Wang Xun, Xia Zhijun, Feng Runqiu, Han Tongyu, Wang Hanyu, Yu Wenqian, Wang Xingguang
Qingdao Institute of Software, College of Computer Science and Technology, China University of Petroleum (East China), Changjiang West Road, Qingdao, 266580, Shandong, China.
Shandong Key Laboratory of Intelligent Oil & Gas Industrial Software, Qingdao, Shandong, 266580, China.
BMC Biol. 2025 May 9;23(1):120. doi: 10.1186/s12915-025-02222-x.
Drug-target binding affinity (DTA) prediction can accelerate the drug screening process, and deep learning techniques have been used in all facets of drug research. Affinity prediction based on deep learning methods has proven crucial to drug discovery, design, and reuse. Among these, the sequence-based approach using 1D sequences of drugs and targets as inputs typically results in the loss of structural information, whereas the structure-based method frequently results in increased computing costs due to the intricate structure of the molecule graph.
We propose a sequential multifeature fusion method (SMFF-DTA) to achieve efficient and accurate prediction. SMFF-DTA uses sequential methods to represent the structural information and physicochemical properties of drugs and targets and introduces multiple attention blocks to capture interaction features closely.
As demonstrated by our extensive studies, SMFF-DTA outperforms the other methods in terms of various metrics, showing its advantages and effectiveness as a drug-target binding affinity predictor.

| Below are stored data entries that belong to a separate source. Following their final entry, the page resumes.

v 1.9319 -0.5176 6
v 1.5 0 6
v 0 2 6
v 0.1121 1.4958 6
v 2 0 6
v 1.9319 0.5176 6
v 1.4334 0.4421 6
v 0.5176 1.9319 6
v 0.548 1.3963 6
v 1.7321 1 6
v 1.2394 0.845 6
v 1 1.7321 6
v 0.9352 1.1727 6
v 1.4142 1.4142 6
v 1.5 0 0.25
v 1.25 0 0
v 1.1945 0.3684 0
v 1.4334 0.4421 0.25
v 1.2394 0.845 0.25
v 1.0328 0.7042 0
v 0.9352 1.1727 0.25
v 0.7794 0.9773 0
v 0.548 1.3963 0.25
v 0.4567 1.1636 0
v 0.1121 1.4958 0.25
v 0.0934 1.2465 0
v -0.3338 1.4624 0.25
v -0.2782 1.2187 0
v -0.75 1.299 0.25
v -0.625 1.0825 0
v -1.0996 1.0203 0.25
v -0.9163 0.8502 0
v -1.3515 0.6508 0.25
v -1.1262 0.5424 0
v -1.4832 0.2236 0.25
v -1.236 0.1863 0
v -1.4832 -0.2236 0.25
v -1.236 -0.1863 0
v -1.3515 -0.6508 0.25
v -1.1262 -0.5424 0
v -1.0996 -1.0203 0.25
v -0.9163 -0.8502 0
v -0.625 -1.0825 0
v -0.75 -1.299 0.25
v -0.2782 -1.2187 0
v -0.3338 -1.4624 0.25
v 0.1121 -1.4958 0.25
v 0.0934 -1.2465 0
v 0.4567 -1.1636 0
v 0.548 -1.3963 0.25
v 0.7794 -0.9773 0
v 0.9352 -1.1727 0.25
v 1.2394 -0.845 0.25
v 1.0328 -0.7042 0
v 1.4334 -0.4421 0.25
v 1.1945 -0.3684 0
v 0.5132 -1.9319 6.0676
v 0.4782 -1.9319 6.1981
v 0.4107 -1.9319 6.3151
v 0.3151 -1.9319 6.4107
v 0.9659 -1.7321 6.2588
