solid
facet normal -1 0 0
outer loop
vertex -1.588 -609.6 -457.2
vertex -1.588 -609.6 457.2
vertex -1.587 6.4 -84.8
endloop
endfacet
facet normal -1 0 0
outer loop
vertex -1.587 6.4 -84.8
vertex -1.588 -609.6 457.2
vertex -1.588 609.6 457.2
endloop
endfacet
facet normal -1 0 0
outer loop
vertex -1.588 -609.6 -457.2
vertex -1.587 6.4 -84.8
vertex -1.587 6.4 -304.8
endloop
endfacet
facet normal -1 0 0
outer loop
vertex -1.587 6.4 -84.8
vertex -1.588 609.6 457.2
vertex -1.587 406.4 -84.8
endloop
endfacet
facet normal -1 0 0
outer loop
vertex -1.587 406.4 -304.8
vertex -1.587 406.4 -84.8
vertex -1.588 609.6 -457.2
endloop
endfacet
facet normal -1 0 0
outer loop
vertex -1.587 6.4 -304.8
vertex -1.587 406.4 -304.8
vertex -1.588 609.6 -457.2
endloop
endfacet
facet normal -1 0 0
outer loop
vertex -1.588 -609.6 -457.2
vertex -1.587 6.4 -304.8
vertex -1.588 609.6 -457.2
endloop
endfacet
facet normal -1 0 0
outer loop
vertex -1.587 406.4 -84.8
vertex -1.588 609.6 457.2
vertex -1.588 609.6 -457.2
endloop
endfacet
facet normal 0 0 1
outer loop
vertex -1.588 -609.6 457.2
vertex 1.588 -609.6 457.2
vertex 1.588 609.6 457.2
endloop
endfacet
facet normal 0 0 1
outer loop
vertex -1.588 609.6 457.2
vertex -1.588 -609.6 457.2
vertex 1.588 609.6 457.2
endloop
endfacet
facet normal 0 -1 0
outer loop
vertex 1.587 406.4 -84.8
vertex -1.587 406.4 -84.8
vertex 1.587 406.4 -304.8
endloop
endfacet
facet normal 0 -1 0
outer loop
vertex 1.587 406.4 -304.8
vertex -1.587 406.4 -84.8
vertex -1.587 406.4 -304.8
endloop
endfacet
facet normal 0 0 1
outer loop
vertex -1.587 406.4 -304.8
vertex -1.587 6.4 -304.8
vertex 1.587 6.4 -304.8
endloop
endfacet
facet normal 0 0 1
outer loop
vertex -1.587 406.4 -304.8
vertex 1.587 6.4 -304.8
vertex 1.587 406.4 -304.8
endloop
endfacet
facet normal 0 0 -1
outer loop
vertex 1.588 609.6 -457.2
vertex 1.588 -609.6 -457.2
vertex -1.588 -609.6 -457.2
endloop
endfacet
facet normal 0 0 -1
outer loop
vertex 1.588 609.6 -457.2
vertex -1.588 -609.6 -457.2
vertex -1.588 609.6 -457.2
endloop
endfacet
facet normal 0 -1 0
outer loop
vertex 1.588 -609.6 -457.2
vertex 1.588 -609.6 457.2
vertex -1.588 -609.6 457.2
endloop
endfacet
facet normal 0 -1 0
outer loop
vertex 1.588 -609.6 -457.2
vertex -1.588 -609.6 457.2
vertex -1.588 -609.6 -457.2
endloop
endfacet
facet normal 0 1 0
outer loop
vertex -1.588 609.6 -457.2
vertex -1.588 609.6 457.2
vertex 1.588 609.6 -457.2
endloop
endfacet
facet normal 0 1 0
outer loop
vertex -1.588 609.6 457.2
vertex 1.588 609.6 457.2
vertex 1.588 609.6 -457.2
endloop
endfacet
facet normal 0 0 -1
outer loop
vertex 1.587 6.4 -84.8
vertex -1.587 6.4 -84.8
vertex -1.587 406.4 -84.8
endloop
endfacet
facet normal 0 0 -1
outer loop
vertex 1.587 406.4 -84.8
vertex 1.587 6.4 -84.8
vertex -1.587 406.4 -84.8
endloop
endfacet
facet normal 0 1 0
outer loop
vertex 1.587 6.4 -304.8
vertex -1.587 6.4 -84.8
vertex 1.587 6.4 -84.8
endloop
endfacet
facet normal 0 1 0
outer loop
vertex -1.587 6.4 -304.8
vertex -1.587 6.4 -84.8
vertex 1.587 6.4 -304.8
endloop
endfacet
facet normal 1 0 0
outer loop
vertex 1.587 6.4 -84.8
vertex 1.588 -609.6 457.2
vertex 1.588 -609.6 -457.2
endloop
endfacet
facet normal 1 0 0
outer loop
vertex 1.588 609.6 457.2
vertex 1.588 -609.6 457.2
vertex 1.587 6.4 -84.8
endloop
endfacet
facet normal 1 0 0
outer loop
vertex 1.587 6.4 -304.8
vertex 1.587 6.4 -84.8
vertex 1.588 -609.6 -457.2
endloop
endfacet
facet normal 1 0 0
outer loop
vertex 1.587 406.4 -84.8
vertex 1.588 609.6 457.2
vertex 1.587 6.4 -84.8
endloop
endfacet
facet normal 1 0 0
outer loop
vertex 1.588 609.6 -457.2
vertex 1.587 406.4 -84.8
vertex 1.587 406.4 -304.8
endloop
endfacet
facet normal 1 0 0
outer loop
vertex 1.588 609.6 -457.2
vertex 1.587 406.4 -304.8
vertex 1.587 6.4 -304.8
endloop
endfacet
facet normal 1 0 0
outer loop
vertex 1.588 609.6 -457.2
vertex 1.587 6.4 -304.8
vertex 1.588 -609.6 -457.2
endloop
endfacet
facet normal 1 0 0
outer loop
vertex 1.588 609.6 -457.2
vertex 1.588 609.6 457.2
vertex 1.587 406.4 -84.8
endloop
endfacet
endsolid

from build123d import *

# Parameters (mm, degrees)
SKETCH1_W            = 914.4
SKETCH1_H            = 1219.2
PLATE_BASE_DEPTH     = 1.5875
TANK_HOLE_DEPTH      = 763.001653644
TANK_HOLE_DEPTH_BACK = 763.001653644
SKETCH4_W            = 220
SKETCH4_H            = 400


with BuildPart() as part:
    # Sketch1 → Plate_Base (new, symmetric)
    with BuildSketch(Plane(origin=(0, 0, 0), x_dir=(0, 0, -1), z_dir=(1, 0, 0))):
        Rectangle(SKETCH1_W, SKETCH1_H)
    extrude(amount=PLATE_BASE_DEPTH, both=True)

    # Sketch4 → Tank_Hole (cut, two sides: drawn at the far end of the back side and taken through both)
    with BuildSketch(Plane(origin=(0, 0, 0), x_dir=(0, 0, -1), z_dir=(1, 0, 0)).offset(-TANK_HOLE_DEPTH_BACK)):
        with Locations((194.8, 206.4)):
            Rectangle(SKETCH4_W, SKETCH4_H)
    extrude(amount=TANK_HOLE_DEPTH + TANK_HOLE_DEPTH_BACK, mode=Mode.SUBTRACT)


solid = part.part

药物-靶点结合亲和力(DTA)预测可以加速药物筛选过程,深度学习技术已应用于药物研究的各个方面。基于深度学习方法的亲和力预测已被证明对药物发现、设计和再利用至关重要。其中,以药物和靶点的一维序列作为输入的基于序列的方法通常会导致结构信息的丢失,而基于结构的方法由于分子图结构复杂,计算成本往往会增加。
我们提出了一种序列多特征融合方法(SMFF-DTA)以实现高效准确的预测。SMFF-DTA使用序列方法来表示药物和靶点的结构信息和物理化学性质,并引入多个注意力模块以紧密捕捉相互作用特征。
我们的广泛研究表明,SMFF-DTA在各项指标上均优于其他方法,显示出其作为药物-靶点结合亲和力预测器的优势和有效性。